Re: [1.1.106][Linux] crash during fork-saving, when child process gets OOM-Killed
Posted: Fri Apr 12, 2024 8:53 pm
by someone1337
Rseding91 wrote: ↑Sat Apr 06, 2024 10:42 pm
Actually, maybe the Linux guys will correct me, but there doesn’t seem to be any official way to detect your process has been killed due to OOM. So this whole thing would go into “not a bug”.
Maybe:
https://stackoverflow.com/questions/718 ... -a-process
What could surely be tested for is: "Did the forked save process terminate abnormally? -> retry blockingly (instead of make the parent process die horribly)".
julus wrote: ↑Wed Apr 10, 2024 7:18 am
To handle this scenario ideally, the factorio can put +100 oom_score to saving fork so in case OOM occurs, only the fork is killed and original process survives (and message can be printed ingame that fork-saving failed).
In combination with this one could make sure that the child and not the parent process gets oom killed.
OOM-killer tries to kill the biggest but also short running processes, unless factorio gets started and immediately runs into an autosave that gets oom killed, this should not really be encessary, but there is also no reason not to do this.
Re: [raiguard][1.1.106][Linux] crash during fork-saving, when child process gets OOM-Killed
Posted: Sun Apr 28, 2024 2:27 am
by Kallinger
On the last FFF I was told to add onto this here, as this all happened quiet a while ago I sadly i don't have any crash-logs anymore.
But I also have experienced a lot of crashes while saving because another process (Firefox) was slowly eating up more Memory in the background and at some point the forking of the Game overwhelmed both Ram and swap, at that point my whole PC goes unresponsive until Factorio gets killed.
Would it be doable to check how much memory is left before the game gets forked?
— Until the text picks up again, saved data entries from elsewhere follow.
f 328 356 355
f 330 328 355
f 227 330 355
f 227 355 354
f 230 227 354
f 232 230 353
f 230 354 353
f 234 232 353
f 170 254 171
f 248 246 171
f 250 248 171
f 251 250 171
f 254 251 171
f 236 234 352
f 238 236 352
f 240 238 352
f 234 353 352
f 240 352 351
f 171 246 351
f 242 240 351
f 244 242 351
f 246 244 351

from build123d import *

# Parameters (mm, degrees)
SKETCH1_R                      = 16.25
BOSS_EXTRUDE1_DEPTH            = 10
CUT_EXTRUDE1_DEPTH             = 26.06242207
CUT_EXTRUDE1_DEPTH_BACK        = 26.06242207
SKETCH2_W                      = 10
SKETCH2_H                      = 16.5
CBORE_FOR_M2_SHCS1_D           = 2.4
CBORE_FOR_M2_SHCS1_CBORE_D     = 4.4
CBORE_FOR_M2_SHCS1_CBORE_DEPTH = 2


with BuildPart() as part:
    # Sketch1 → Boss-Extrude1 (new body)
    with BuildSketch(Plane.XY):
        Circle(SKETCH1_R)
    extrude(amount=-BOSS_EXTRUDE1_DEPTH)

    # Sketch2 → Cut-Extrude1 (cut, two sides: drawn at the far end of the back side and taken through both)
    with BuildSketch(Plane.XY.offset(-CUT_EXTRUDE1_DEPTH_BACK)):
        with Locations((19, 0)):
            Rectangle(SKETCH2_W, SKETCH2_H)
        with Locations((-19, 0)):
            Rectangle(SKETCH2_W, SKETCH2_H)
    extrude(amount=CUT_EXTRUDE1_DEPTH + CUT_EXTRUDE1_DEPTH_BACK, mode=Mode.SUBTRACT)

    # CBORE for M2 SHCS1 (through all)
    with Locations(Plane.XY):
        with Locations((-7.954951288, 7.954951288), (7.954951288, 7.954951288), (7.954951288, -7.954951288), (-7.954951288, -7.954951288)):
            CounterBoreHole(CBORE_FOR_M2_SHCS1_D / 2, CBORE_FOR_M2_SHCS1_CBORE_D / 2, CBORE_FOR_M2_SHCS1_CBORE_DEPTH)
Sadly i have no idea if that's doable/easy to implement...
Re: [1.1.106][Linux] crash during fork-saving, when child process gets OOM-Killed
Posted: Sun Apr 28, 2024 1:47 pm
by SoShootMe
someone1337 wrote: ↑Fri Apr 12, 2024 8:53 pm
Rseding91 wrote: ↑Sat Apr 06, 2024 10:42 pm
Actually, maybe the Linux guys will correct me, but there doesn’t seem to be any official way to detect your process has been killed due to OOM. So this whole thing would go into “not a bug”.
Maybe:
https://stackoverflow.com/questions/718 ... -a-process
What could surely be tested for is: "Did the forked save process terminate abnormally? -> retry blockingly (instead of make the parent process die horribly)".
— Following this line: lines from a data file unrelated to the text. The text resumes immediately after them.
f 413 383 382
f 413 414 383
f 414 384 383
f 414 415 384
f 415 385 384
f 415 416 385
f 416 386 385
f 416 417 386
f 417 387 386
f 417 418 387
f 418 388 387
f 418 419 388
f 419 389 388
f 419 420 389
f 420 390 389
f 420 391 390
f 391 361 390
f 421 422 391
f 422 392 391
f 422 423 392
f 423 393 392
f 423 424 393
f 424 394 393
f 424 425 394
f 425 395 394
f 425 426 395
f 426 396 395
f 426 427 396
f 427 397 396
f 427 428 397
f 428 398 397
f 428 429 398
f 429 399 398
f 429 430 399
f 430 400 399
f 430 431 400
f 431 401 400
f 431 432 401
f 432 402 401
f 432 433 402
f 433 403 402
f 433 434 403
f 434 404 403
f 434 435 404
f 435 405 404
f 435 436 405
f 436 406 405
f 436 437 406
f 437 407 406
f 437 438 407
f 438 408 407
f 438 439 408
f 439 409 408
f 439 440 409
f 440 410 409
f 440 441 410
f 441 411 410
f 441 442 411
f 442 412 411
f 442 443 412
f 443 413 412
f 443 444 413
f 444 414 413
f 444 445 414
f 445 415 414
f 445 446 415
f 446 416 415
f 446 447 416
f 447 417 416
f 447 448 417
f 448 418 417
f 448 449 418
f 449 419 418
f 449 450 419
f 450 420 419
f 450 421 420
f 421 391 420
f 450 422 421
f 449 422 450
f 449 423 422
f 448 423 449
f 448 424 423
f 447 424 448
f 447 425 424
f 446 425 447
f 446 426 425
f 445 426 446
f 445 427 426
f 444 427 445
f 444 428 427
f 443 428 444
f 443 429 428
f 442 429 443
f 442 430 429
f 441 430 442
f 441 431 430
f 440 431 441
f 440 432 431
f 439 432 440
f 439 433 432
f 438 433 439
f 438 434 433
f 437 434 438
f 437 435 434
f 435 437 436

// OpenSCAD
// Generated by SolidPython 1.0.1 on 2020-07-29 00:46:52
Yeah; as far as I know the OOM killer more or less literally sends SIGKILL to the selected process so it's not possible to tell the difference between that and it being sent by some other process (eg the user running kill), but I don't see the relevance. Any abnormal termination should ideally cause fallback to a blocking save (maybe for the rest of the session). At minimum the effect should be the same as an error during a blocking save (which should be to report the error, eg "Async save process terminated with SIGKILL" for the OOM killer case). Exit status could also communicate handled failures (like I/O errors). That said, all this may be easier said than done within the existing codebase.
julus wrote: ↑Wed Apr 10, 2024 7:18 am
To handle this scenario ideally, the factorio can put +100 oom_score to saving fork so in case OOM occurs, only the fork is killed and original process survives (and message can be printed ingame that fork-saving failed).
In combination with this one could make sure that the child and not the parent process gets oom killed.
OOM-killer tries to kill the biggest but also short running processes, unless factorio gets started and immediately runs into an autosave that gets oom killed, this should not really be encessary, but there is also no reason not to do this.
I think it's what you meant but it only makes sense to increase the likelihood that the save process is killed (rather than some other process) by the OOM killer if the behaviour of the main process in this case is improved. Another reason not to do it is that it is Linux-specific, but I suspect that's negligible given there must already be a framework for platform-specific code.